Soviet scientists and engineers achieved a nuclear superheating of steam directly in the reactor itself before steam is carried into the turbine. It is certainly an important contribution to nuclear engineering achieved for the first time in the world.
We might mention here another important achievement, that is, the first nuclear installation where thermal energy generated in the reactor is transformed directly into electrical energy.
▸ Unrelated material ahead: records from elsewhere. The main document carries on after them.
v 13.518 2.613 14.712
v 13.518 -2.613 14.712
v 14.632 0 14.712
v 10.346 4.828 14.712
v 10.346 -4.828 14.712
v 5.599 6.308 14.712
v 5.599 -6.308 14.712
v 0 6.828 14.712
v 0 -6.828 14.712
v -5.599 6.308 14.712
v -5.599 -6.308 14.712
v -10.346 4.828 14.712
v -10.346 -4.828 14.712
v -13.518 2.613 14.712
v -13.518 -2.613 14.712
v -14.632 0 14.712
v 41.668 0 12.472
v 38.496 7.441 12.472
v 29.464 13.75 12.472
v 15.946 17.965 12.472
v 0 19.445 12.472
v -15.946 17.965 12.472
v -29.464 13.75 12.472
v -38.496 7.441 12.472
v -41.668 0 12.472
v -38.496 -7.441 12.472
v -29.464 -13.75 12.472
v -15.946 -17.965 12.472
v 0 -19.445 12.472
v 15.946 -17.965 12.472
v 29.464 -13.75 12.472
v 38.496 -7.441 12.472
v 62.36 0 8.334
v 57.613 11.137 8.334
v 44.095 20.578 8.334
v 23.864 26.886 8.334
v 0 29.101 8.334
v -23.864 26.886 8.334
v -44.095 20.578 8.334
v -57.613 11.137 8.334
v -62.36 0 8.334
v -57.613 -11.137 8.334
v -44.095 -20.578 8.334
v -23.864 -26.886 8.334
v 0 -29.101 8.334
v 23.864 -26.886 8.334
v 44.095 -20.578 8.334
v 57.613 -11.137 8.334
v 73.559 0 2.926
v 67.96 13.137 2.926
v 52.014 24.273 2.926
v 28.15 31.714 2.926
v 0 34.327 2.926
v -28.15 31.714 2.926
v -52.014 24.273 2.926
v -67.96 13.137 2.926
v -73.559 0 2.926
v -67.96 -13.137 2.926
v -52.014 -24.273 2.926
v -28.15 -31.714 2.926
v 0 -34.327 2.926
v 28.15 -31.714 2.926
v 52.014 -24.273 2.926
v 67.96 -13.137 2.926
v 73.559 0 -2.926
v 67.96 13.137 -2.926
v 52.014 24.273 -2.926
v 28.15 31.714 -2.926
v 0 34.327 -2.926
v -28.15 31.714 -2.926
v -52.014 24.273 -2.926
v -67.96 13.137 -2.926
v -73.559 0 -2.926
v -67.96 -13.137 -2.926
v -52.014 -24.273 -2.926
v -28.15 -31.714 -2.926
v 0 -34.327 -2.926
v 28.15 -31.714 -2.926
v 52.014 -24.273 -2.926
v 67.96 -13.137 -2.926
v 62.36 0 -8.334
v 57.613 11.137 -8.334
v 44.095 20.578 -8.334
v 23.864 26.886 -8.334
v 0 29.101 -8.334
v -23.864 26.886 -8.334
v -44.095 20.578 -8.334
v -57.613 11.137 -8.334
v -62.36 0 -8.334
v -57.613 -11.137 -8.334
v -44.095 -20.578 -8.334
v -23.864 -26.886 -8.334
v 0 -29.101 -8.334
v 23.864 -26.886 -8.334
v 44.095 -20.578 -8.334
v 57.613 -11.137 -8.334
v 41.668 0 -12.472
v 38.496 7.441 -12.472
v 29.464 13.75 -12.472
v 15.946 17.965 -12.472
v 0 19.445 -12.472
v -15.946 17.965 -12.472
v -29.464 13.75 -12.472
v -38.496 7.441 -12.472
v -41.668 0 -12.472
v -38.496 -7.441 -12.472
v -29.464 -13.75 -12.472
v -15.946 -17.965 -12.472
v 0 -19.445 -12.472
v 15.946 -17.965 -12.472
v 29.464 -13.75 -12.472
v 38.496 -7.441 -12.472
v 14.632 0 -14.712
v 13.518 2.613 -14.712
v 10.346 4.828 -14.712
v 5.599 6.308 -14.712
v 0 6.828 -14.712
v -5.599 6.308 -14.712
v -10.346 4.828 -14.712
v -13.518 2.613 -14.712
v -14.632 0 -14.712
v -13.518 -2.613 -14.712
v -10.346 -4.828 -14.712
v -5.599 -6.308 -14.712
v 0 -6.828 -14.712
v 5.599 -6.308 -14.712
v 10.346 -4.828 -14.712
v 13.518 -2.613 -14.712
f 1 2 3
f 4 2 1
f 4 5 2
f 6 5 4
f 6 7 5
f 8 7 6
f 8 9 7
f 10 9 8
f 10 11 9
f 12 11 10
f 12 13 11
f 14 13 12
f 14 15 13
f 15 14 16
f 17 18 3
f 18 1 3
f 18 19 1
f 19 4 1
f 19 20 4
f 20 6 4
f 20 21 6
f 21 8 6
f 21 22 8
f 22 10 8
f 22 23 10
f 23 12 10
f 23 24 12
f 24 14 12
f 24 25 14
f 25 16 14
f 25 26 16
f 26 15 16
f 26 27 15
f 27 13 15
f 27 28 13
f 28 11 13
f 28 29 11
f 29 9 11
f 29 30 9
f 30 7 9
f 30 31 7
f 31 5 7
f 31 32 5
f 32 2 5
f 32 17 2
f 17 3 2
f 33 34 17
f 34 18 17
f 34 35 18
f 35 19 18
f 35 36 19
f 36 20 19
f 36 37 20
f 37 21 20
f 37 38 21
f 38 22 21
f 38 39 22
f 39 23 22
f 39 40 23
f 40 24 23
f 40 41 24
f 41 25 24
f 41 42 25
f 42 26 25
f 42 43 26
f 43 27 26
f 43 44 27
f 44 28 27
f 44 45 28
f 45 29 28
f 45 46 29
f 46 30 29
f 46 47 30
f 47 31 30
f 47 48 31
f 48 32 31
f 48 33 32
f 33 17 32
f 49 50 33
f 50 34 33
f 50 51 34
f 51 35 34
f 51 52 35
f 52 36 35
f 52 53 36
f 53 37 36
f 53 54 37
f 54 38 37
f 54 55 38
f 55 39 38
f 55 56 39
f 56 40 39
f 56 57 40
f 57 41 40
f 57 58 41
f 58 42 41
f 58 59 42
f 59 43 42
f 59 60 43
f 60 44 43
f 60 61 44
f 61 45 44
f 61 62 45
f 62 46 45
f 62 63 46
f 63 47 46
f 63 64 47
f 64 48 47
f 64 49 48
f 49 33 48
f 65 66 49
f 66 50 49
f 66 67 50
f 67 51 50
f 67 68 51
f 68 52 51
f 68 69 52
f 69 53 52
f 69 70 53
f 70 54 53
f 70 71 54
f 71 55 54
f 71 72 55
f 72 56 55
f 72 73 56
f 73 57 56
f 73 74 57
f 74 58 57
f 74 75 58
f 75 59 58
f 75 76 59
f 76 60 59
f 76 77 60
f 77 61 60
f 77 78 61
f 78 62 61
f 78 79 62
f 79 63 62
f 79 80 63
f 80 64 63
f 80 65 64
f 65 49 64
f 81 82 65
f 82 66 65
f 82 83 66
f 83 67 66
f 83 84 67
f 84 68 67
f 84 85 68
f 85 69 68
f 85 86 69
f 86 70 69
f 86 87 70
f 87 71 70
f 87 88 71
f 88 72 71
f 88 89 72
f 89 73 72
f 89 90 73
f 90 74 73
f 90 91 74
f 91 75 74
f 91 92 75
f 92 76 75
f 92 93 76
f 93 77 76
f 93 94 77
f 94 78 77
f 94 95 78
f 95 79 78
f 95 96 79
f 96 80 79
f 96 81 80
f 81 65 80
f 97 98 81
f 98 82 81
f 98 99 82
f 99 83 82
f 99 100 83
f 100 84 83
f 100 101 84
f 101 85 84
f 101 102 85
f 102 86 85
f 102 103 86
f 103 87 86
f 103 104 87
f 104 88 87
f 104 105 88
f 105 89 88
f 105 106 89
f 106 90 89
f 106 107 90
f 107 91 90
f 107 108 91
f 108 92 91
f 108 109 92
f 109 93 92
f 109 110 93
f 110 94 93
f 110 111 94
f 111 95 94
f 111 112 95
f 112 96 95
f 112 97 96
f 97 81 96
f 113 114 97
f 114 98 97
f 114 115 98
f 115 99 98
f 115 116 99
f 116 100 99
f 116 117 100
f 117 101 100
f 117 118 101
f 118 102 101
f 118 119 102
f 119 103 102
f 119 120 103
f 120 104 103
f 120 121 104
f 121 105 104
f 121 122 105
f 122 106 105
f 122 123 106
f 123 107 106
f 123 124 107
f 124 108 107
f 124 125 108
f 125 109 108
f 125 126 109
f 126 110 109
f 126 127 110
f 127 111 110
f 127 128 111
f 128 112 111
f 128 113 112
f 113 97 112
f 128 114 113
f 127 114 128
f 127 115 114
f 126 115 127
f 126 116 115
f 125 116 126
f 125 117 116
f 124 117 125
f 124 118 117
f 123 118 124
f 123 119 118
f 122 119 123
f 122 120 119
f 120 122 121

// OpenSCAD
// Generated by SolidPython 1.0.1 on 2020-07-29 00:46:51


scale(v = [15, 7, 3]) {
	sphere(r = 5);
}
/***********************************************
*********      SolidPython code:      **********
************************************************
 
# import packages: SolidPython
from solid import *
from solid.utils import *
from itertools import chain, combinations, permutations


class Resize:

    def __init__(self, scad_file):
        self.scad_file = scad_file
        #self.scad_file = import_scad(scad_file)
        # cone/cylinder param:
        self.r1 = 0
        self.r2 = 0
        self.h = 0
        # rectangular prism param:
        self.w = 0
        self.l = 0
        # ellipse param:
        self.r = 0

    # import OpenScad code (file name corresponds to shape)


    # classify shape + parameters
    def assign(self, param1, param2, param3):
        if self.scad_file == 'cone.scad':
            self.r1 = param1
            self.r2 = param2
            self.h = param3
        elif self.scad_file == 'cylinder.scad':
            self.r1 = param1
            self.r2 = param2
            self.h = param3
        elif self.scad_file == 'rectangularPrism.scad':
            self.h = param1
            self.l = param2
            self.w = param3
        else:
            self.r = param1
            self.h = param2

    # resize parameters
    def iterate(self):
        x = range(3, 20, 2)
        i = 1
        if self.scad_file == 'cone.scad':
            tempList = list(permutations(x, 2))
            for temp in tempList:
                param1 = temp[0]
                param2 = temp[1]
                filepath = 'produced_scad_files/' + 'cone' + str(param1) + '_' + str(param2) + '_' + '.scad'
                scad_render_to_file(cylinder(h=param1, r1=param2, r2=0), filepath)

        elif self.scad_file == 'cylinder.scad':
            tempList = list(permutations(x, 3))
            for temp in tempList:
                param1 = temp[0]
                param2 = temp[1]
                filepath = 'produced_scad_files/' + 'cylinder' + str(param1) + '_' + str(param2) + '_' + '.scad'
                scad_render_to_file(cylinder(h=param1, r1=param2, r2=param2), filepath)

        elif self.scad_file == 'rectangularPrism.scad':
            tempList = list(permutations(x, 3))
            for temp in tempList:
                param1 = temp[0]
                param2 = temp[1]
                param3 = temp[2]
                filepath = 'produced_scad_files/' + 'rectangularPrism' + str(param1) + '_' + str(param2) + '_' + str(
                    param3) + '.scad'
                scad_render_to_file(cube(size=(param1, param2, param3)), filepath)

        elif self.scad_file == 'ellipse.scad':
            tempList = list(permutations(x, 4))
            for temp in tempList:
                param1 = temp[0]
                param2 = temp[1]
                param3 = temp[2]
                param4 = temp[3]
                filepath = 'produced_scad_files/' + 'ellipse' + str(param1) + '_' + str(param2) + '_' + str(param3) + '_' + str(param4) + '.scad'
                scad_render_to_file(scale([param1, param2, param3])(sphere(r=param4)), filepath)

    def render_to_scadfile(self):
        scad_render_to_file(scad, 'example.scad') 
 
************************************************/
Speaking of the peaceful use of atomic energy it is also necessary to mention our nuclear ice-breakers. "Lenin" is the world's first ice-breaker with a nuclear installation. Its machine installation is of a steam turbine type, the steam being produced by three reactors and six steam generators. This ice-breaker was followed by many others.
The importance of atomic energy will grow still more when fast neutron reactors are used on a large scale. These reactors can produce much more secondary nuclear fuel than the fuel they consume.
Chernobyl Accident
The accident which was of global concern was the accident in Ukraine in the Chernobyl power plant located in Polesye on the River Pripyat.
On 26 April, 1986, Unit 4 of the Chernobyl nuclear plant suffered a major accident. The Chernobyl 4 reactor was a graphite-moderated, light water-cooled system. The installed electrical generating capacity was 1 GW. The accident followed some engineering tests of a generator.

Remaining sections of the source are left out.